Member of the Chamber of Deputies
- In office 15 May 1937 – 15 May 1941
- Constituency: 23rd Departmental Grouping

Personal details
- Born: Concepción, Chile
- Party: Liberal Party
- Spouse: Raquel Izquierdo Matte
- Parent(s): Carlos Álamos Lantaño Efigenia Lamas Benavente

= Víctor Álamos =

Chilean politician

Víctor Álamos Lamas was a Chilean politician and agriculturalist who served as deputy of the Republic.

== Biography ==
Álamos Lamas was born in Concepción, Chile. He was the son of Carlos Álamos Lantaño and Efigenia Lamas Benavente.

He studied at the Seminario de Concepción.

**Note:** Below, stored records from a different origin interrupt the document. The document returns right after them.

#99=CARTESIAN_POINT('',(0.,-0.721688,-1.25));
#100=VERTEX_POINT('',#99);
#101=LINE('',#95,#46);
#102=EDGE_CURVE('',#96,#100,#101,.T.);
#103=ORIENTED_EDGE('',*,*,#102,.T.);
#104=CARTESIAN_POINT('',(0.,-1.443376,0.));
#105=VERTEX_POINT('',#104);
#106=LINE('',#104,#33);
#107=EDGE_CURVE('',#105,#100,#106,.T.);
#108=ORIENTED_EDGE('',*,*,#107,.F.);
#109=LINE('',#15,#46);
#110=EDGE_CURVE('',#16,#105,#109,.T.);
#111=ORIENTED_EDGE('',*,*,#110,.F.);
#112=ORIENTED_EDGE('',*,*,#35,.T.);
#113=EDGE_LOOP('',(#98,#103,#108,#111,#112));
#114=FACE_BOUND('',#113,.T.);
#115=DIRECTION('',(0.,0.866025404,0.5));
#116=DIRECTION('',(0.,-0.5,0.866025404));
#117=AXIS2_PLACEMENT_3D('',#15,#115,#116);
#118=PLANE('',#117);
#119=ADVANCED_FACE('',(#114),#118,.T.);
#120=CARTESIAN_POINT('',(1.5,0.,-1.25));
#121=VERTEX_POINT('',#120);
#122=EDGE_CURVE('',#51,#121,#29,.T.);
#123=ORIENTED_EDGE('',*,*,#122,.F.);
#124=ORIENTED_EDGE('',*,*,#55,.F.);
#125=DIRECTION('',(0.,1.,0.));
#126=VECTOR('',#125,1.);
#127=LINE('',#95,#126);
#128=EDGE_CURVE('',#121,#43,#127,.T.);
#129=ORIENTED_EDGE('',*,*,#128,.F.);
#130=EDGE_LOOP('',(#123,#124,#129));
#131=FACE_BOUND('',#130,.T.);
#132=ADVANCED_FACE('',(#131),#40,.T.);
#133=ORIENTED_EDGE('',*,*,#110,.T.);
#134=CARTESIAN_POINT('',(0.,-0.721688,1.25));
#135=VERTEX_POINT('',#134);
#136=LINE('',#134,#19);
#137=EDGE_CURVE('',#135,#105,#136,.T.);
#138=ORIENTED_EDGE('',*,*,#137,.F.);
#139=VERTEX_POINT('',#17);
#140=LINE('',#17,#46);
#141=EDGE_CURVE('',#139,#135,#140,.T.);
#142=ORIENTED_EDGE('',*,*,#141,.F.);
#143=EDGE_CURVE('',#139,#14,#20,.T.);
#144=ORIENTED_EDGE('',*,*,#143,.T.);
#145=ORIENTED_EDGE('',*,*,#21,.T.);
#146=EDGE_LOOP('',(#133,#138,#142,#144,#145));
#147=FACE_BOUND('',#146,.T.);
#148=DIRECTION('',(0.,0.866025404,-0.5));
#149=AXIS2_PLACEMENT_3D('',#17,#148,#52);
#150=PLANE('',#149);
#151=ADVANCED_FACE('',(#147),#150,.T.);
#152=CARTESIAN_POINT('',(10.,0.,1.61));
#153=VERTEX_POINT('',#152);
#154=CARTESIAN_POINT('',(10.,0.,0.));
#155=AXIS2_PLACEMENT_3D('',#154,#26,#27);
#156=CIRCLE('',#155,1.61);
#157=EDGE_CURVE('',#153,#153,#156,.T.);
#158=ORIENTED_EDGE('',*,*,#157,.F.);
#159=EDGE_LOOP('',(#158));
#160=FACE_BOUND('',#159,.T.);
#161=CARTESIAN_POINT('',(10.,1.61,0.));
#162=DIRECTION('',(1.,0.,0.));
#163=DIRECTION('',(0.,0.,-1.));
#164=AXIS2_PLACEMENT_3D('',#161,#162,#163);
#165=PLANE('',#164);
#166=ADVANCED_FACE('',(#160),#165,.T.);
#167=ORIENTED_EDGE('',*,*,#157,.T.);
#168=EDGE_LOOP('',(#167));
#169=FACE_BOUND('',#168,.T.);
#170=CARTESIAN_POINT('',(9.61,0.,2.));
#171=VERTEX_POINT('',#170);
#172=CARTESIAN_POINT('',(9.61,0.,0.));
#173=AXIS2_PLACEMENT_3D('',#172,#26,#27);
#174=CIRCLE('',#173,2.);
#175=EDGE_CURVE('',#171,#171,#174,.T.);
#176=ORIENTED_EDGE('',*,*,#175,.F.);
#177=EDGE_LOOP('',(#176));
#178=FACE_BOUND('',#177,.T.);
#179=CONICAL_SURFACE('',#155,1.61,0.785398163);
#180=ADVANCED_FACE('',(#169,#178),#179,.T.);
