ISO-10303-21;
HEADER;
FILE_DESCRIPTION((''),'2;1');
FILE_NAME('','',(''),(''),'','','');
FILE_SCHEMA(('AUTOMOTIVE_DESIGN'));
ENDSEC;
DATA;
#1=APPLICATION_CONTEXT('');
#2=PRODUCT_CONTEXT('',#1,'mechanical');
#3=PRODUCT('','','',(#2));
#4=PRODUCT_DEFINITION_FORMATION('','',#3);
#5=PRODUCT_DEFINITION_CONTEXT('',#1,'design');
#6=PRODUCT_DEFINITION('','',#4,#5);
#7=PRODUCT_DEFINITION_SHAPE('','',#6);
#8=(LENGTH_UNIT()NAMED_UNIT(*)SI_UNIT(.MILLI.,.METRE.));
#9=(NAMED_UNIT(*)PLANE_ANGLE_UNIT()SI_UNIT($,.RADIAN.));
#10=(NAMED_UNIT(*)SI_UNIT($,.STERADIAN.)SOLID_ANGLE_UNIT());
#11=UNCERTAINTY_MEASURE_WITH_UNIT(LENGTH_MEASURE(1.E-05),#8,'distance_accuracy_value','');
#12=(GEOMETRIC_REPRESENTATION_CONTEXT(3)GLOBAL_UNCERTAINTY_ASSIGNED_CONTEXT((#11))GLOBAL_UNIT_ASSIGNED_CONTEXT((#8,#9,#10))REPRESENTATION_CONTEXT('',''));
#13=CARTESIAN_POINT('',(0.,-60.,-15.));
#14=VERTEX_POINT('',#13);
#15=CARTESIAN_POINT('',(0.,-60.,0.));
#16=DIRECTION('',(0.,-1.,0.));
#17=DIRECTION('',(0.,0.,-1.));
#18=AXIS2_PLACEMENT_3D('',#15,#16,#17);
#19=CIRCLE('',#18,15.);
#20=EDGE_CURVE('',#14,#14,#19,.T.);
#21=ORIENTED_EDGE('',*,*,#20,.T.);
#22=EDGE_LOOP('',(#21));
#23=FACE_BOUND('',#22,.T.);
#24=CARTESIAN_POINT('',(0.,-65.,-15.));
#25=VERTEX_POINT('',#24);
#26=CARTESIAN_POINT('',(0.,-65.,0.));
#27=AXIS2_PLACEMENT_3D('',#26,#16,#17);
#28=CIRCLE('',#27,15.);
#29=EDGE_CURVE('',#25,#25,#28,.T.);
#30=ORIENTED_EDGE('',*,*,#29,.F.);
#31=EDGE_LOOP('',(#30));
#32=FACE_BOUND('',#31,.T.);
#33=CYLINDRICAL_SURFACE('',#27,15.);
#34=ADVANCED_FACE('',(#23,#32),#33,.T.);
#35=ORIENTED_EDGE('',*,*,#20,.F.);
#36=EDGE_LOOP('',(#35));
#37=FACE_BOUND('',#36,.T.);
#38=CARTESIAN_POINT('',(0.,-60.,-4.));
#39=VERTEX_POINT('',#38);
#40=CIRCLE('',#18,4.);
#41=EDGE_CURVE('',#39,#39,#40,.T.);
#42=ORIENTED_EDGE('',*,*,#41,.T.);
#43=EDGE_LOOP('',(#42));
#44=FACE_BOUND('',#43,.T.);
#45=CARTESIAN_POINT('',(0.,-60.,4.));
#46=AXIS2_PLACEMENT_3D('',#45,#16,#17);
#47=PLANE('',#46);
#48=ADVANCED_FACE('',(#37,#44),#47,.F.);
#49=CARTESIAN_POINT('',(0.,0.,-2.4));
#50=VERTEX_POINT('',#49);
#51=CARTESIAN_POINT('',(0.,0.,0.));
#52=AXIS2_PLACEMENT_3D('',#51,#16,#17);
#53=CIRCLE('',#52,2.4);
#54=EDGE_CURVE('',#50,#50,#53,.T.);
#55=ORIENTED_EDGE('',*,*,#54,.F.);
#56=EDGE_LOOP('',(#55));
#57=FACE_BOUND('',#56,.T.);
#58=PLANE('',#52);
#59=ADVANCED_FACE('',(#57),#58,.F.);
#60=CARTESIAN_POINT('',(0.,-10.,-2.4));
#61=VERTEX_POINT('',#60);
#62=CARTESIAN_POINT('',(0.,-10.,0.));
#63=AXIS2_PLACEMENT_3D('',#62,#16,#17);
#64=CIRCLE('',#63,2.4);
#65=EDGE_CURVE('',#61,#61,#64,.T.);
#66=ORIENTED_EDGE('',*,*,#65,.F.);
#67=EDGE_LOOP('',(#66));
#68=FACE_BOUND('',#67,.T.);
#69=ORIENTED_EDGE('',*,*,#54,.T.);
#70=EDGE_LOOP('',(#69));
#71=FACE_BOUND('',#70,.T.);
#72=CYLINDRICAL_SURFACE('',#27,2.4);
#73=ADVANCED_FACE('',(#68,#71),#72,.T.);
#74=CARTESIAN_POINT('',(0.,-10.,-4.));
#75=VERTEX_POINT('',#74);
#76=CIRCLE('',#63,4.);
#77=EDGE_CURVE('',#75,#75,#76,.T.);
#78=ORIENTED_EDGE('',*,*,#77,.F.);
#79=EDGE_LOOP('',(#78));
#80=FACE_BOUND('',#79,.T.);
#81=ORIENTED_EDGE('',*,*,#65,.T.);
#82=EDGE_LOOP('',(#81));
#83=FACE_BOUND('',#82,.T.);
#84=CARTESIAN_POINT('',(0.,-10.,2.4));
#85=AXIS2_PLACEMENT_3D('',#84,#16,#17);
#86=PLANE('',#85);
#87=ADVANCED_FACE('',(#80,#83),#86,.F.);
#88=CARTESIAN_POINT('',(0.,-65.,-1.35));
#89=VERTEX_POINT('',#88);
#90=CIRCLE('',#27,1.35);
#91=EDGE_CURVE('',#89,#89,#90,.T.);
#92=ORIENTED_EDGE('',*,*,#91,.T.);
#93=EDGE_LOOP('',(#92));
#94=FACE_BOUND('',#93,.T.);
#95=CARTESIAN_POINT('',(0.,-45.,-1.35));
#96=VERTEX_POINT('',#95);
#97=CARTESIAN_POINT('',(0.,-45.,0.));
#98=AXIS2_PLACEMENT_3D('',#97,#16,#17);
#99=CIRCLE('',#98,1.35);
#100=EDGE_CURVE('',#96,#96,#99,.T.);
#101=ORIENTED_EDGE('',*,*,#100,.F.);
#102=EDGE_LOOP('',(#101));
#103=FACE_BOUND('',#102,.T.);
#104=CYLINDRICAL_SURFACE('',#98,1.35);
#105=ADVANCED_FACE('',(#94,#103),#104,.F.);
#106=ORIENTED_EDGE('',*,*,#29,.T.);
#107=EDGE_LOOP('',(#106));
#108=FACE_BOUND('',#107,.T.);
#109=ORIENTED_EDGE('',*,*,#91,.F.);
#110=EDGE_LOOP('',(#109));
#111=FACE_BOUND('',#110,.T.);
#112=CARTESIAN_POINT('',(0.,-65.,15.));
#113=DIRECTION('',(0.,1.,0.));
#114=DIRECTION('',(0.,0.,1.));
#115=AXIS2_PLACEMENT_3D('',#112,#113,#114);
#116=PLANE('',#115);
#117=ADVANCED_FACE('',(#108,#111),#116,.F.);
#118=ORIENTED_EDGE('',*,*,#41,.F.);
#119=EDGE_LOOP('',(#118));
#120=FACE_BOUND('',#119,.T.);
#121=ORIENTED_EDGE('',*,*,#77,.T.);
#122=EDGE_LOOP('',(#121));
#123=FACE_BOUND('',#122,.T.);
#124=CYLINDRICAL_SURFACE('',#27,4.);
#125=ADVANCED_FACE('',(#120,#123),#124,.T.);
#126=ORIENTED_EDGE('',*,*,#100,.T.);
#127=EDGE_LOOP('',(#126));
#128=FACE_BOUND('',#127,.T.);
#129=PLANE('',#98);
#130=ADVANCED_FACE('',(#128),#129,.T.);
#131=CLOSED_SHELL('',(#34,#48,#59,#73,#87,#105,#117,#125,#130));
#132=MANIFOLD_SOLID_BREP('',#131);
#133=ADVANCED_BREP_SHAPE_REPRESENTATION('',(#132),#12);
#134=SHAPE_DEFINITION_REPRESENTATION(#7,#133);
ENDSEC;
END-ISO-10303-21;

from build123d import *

# Parameters (mm, degrees)
CROQUIS2_R            = 1.35
CORTAR_EXTRUIR1_DEPTH = 20


with BuildPart() as part:
    # Croquis1 → Revolución1 (revolve)
    with BuildSketch(Plane(origin=(0, 0, 0), x_dir=(0, 0, -1), z_dir=(1, 0, 0)), mode=Mode.PRIVATE) as revoluci_n1_sk:
        Polygon((0, 0), (-2.4, 0), (-2.4, -10), (-4, -10), (-4, -60), (-15, -60), (-15, -65), (0, -65), align=None)
    revolve(revoluci_n1_sk.sketch.rotate(Axis((0, -65, 0), (0, 1, 0)), 180), axis=Axis((0, -65, 0), (0, 1, 0)))

    # Croquis2 → Cortar-Extruir1 (cut)
    with BuildSketch(Plane.XZ.offset(65)):
        with Locations(Location((0, 0, 0), (0, 0, 270))):
            Circle(CROQUIS2_R)
    extrude(amount=-CORTAR_EXTRUIR1_DEPTH, mode=Mode.SUBTRACT)


solid = part.part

He devoted himself to agricultural activities in the locality of Linares. Together with his father-in-law, Salvador Izquierdo, he operated the Santa Inés estate in Nos.

He married Raquel Izquierdo Matte.

== Political career ==
Álamos Lamas was a member of the Liberal Party.

He served as mayor (alcalde) of the Municipality of Linares.

He was elected deputy for the Seventeenth Departmental District (Puchacay, Rere and Lautaro) for the 1930–1932 legislative period. During that term, he served on the Standing Committees on Industry and Commerce and on Labor and Social Welfare.

He was later re-elected deputy for the Twenty-third Departmental Grouping (Llanquihue, Puerto Varas and Aysén) for the 1937–1941 period. He served on the Standing Committees on Agriculture and Colonization and on Internal Police.

As a parliamentarian, he promoted irrigation legislation.

== Other activities ==
He was a member of the Sociedad Nacional de Agricultura and of the Club Hípico de Santiago.